* ASSIGNMENT
Each line from the one containing "#196=PLANE('',#195);" through the end of the entries below should be transcribed exactly, and no other line.
'''
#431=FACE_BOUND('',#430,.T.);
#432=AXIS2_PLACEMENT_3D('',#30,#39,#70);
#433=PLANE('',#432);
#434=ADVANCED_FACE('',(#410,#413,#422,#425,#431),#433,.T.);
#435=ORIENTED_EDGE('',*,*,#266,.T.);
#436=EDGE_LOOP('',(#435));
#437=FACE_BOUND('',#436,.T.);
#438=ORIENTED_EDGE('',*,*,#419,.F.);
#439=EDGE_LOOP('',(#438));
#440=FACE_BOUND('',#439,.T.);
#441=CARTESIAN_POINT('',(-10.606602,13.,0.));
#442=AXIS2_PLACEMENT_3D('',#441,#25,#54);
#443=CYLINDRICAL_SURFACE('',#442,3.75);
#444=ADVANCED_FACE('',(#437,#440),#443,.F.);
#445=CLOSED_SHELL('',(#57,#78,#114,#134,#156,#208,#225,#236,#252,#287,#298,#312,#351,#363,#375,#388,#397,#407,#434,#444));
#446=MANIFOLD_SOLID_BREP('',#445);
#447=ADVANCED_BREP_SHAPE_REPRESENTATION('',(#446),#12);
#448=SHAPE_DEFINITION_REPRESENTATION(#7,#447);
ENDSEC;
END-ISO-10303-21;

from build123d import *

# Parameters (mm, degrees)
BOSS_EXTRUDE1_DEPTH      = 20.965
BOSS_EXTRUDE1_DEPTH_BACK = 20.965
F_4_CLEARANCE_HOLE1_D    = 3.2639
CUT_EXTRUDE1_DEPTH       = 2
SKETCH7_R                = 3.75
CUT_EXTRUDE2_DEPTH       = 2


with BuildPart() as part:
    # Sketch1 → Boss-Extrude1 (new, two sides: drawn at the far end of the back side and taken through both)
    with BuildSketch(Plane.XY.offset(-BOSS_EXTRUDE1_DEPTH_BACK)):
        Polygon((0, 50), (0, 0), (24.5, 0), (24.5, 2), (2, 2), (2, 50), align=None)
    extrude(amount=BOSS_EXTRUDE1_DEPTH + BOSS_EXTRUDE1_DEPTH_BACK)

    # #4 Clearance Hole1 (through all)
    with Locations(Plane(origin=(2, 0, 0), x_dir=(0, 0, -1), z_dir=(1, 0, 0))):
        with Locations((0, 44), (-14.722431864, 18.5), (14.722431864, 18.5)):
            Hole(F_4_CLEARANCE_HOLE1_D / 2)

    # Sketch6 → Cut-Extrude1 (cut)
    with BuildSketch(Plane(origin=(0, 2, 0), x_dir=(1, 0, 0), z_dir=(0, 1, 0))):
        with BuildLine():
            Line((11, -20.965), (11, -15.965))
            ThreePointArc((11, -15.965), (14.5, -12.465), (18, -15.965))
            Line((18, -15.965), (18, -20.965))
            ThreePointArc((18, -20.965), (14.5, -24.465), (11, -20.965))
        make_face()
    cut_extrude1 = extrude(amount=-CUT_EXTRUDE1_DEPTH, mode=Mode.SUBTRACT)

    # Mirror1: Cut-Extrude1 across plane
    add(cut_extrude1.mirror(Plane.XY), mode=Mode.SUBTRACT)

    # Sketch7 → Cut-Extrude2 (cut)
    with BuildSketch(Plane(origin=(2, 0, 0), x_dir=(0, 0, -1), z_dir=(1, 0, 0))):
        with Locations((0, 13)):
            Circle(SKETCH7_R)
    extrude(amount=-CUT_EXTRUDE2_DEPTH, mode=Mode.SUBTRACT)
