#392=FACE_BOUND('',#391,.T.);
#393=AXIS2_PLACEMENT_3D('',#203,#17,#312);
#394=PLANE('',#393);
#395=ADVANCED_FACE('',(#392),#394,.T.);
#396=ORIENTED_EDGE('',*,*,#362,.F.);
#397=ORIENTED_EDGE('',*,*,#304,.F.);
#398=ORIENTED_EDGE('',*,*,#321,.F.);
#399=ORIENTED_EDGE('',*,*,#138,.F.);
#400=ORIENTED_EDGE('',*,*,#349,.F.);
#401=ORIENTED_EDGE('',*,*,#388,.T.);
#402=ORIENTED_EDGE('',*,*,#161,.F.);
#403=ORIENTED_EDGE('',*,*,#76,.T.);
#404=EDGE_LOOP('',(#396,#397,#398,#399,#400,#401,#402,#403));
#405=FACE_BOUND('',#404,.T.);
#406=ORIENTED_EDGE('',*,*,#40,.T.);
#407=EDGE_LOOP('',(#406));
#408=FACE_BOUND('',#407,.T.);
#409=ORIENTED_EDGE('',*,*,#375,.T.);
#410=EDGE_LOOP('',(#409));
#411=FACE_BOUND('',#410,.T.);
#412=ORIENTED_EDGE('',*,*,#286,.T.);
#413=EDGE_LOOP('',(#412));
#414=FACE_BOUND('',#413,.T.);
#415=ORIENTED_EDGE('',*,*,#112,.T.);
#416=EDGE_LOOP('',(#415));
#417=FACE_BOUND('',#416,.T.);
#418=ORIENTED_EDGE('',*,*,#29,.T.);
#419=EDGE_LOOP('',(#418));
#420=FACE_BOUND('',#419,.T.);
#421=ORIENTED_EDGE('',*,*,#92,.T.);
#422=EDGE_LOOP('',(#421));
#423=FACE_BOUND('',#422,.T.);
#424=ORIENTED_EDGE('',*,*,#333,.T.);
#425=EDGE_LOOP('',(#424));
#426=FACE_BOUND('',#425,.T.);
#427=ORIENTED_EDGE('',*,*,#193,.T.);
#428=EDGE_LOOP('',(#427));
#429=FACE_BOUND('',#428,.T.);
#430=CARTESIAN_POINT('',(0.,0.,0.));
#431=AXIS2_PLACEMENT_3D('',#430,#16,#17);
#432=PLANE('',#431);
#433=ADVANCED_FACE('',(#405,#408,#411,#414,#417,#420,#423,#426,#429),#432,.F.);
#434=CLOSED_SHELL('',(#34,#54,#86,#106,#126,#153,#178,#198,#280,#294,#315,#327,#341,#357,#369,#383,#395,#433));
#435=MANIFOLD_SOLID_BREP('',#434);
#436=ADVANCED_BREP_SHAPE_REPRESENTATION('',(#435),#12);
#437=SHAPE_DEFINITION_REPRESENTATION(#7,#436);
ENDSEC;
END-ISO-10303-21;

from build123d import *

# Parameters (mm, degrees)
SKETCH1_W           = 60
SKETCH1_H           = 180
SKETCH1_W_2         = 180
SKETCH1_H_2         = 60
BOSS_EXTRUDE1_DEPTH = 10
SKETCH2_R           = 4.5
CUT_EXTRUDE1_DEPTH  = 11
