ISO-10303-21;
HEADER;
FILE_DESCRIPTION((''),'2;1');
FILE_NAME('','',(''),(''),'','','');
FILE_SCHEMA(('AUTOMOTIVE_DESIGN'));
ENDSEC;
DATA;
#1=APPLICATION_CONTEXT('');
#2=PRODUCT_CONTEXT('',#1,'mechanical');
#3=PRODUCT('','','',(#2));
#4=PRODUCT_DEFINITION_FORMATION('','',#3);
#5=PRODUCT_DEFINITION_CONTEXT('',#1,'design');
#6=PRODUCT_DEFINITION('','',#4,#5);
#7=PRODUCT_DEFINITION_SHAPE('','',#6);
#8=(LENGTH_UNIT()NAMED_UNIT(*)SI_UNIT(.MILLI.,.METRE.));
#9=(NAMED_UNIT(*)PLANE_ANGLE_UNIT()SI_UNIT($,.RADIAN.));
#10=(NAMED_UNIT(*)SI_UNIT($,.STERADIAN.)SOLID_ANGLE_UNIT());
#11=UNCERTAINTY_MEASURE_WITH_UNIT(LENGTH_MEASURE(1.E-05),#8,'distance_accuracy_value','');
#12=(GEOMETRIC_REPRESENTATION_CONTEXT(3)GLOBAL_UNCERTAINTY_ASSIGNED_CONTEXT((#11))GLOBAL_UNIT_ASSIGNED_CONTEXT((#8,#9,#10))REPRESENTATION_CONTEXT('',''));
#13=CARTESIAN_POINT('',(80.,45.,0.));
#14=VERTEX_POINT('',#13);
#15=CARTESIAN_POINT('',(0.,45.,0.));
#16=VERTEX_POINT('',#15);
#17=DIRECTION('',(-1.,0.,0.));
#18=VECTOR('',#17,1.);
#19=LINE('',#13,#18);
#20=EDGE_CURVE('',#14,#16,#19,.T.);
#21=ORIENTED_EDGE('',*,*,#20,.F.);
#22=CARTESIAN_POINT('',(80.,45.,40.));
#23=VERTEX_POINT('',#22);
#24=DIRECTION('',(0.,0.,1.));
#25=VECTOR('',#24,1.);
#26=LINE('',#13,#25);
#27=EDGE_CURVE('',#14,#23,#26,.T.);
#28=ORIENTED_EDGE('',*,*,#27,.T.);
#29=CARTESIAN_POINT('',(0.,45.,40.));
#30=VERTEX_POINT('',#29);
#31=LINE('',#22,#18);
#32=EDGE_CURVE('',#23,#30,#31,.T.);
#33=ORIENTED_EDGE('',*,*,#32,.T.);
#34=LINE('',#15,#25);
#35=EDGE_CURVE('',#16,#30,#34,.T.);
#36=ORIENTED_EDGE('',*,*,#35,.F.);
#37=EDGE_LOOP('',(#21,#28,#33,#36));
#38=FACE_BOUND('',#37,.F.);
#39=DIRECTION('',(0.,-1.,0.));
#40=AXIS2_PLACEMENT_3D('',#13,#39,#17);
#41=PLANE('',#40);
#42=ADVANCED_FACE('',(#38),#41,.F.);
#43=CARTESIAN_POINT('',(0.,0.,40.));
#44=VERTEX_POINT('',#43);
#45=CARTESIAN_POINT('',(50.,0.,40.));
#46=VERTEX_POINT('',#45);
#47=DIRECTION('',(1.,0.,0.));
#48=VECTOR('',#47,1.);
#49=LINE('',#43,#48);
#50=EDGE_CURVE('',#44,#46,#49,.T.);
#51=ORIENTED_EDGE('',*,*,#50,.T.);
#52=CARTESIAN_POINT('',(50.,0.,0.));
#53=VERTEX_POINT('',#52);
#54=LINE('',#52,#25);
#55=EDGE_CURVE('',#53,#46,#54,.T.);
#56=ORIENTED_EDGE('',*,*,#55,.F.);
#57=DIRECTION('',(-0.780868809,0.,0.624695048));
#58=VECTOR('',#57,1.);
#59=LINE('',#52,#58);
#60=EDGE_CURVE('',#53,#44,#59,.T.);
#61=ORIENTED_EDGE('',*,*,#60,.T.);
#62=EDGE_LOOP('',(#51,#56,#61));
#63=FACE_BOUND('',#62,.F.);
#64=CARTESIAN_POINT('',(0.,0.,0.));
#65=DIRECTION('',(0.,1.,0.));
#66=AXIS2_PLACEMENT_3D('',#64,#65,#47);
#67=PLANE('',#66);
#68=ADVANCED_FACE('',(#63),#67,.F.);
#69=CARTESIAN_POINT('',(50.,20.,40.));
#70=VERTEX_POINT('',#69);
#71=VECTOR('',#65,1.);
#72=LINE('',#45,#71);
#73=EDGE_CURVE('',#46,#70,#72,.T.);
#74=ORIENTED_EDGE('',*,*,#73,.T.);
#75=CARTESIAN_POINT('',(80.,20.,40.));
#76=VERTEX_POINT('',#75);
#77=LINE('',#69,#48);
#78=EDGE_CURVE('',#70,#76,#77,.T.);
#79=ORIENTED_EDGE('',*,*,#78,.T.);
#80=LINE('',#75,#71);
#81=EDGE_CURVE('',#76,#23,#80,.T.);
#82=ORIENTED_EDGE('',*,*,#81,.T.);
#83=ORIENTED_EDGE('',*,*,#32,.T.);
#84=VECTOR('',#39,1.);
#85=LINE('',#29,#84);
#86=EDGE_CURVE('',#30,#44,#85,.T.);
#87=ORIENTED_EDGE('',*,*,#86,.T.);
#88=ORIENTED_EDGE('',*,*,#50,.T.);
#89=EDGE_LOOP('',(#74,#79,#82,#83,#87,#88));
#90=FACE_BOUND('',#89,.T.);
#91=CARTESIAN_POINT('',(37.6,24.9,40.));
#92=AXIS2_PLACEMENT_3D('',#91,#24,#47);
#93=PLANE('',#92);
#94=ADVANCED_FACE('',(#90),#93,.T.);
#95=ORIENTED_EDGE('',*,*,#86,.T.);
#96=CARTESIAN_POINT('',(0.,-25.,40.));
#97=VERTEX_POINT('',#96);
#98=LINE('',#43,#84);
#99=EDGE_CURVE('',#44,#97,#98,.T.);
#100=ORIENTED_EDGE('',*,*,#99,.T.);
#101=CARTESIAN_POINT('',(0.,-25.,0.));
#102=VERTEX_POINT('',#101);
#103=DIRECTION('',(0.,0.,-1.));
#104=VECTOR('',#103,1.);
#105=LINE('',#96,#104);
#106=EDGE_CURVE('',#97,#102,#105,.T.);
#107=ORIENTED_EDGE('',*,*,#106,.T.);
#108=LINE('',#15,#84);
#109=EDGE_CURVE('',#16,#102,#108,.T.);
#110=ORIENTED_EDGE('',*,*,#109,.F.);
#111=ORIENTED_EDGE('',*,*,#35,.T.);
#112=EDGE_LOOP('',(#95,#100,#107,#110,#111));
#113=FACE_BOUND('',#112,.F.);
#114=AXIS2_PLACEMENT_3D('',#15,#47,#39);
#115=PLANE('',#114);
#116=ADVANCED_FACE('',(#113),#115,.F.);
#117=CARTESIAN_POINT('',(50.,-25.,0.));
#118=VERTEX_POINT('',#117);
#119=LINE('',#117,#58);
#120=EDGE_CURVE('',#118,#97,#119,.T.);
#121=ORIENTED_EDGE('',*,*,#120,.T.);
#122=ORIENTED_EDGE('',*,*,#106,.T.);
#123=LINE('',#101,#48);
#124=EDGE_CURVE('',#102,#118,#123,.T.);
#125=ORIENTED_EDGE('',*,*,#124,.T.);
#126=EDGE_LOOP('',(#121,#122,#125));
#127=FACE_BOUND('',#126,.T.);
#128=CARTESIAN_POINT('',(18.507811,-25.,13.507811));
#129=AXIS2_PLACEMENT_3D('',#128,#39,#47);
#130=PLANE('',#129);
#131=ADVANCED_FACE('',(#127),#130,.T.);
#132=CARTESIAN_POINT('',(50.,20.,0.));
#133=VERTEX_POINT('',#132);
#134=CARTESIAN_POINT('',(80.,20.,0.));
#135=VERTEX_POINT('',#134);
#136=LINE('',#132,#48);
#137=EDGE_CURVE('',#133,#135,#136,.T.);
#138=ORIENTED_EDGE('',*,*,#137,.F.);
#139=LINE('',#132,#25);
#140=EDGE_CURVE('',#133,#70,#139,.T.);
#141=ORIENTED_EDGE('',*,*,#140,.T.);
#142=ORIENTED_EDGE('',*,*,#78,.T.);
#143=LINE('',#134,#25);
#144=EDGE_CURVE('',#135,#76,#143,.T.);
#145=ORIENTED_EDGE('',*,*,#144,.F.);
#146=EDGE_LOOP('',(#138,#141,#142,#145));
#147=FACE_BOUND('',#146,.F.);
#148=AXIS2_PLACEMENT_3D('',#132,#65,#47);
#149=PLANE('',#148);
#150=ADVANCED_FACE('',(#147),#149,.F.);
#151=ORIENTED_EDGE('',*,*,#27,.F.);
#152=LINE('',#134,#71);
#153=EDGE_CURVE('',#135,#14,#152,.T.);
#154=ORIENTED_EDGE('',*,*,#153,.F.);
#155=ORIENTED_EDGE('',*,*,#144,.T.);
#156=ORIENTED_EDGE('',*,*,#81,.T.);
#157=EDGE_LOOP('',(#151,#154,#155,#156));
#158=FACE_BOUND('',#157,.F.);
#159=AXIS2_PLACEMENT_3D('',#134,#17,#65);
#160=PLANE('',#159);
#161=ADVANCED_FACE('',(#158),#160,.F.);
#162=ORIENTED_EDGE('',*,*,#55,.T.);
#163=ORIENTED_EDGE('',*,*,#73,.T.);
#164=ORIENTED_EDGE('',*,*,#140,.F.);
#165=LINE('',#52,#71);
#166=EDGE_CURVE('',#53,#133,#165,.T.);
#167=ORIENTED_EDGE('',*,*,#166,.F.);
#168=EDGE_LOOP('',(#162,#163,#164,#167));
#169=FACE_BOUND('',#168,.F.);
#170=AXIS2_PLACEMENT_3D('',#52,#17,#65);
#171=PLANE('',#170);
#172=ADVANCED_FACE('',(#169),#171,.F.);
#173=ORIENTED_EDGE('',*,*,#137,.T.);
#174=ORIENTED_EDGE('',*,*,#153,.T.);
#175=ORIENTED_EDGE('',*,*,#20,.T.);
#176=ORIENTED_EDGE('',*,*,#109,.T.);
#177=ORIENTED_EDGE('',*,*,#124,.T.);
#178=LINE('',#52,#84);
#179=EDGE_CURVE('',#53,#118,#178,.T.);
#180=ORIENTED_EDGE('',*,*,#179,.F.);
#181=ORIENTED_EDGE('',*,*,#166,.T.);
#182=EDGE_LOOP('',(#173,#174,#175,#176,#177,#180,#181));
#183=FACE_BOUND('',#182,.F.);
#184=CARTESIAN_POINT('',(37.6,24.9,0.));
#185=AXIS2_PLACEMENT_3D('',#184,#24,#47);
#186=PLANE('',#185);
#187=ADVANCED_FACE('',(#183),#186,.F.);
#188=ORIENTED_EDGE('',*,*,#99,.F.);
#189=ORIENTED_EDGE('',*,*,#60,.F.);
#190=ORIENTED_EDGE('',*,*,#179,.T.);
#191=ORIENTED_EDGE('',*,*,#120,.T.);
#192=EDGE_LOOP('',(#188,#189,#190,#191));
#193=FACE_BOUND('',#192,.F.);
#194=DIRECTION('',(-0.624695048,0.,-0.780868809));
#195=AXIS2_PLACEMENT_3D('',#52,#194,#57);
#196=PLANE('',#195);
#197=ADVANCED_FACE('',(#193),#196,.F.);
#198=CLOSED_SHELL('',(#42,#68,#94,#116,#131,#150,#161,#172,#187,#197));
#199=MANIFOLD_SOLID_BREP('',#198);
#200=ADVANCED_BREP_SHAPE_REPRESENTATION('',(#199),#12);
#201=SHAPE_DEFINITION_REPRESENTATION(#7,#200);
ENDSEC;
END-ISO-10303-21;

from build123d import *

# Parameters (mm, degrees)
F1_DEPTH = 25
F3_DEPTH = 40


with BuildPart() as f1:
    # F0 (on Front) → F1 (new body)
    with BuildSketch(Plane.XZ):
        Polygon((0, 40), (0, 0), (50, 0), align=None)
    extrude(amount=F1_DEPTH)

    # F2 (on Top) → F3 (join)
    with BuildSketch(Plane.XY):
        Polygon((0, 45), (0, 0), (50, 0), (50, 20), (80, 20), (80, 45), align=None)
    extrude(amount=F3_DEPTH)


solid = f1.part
'''
* OUTPUT OF THE EXERCISE
#196=PLANE('',#195);
#197=ADVANCED_FACE('',(#193),#196,.F.);
#198=CLOSED_SHELL('',(#42,#68,#94,#116,#131,#150,#161,#172,#187,#197));
#199=MANIFOLD_SOLID_BREP('',#198);
#200=ADVANCED_BREP_SHAPE_REPRESENTATION('',(#199),#12);
#201=SHAPE_DEFINITION_REPRESENTATION(#7,#200);
ENDSEC;
END-ISO-10303-21;

from build123d import *

# Parameters (mm, degrees)
F1_DEPTH = 25
F3_DEPTH = 40


with BuildPart() as f1:
    # F0 (on Front) → F1 (new body)
    with BuildSketch(Plane.XZ):
        Polygon((0, 40), (0, 0), (50, 0), align=None)
    extrude(amount=F1_DEPTH)

    # F2 (on Top) → F3 (join)
    with BuildSketch(Plane.XY):
        Polygon((0, 45), (0, 0), (50, 0), (50, 20), (80, 20), (80, 45), align=None)
    extrude(amount=F3_DEPTH)


solid = f1.part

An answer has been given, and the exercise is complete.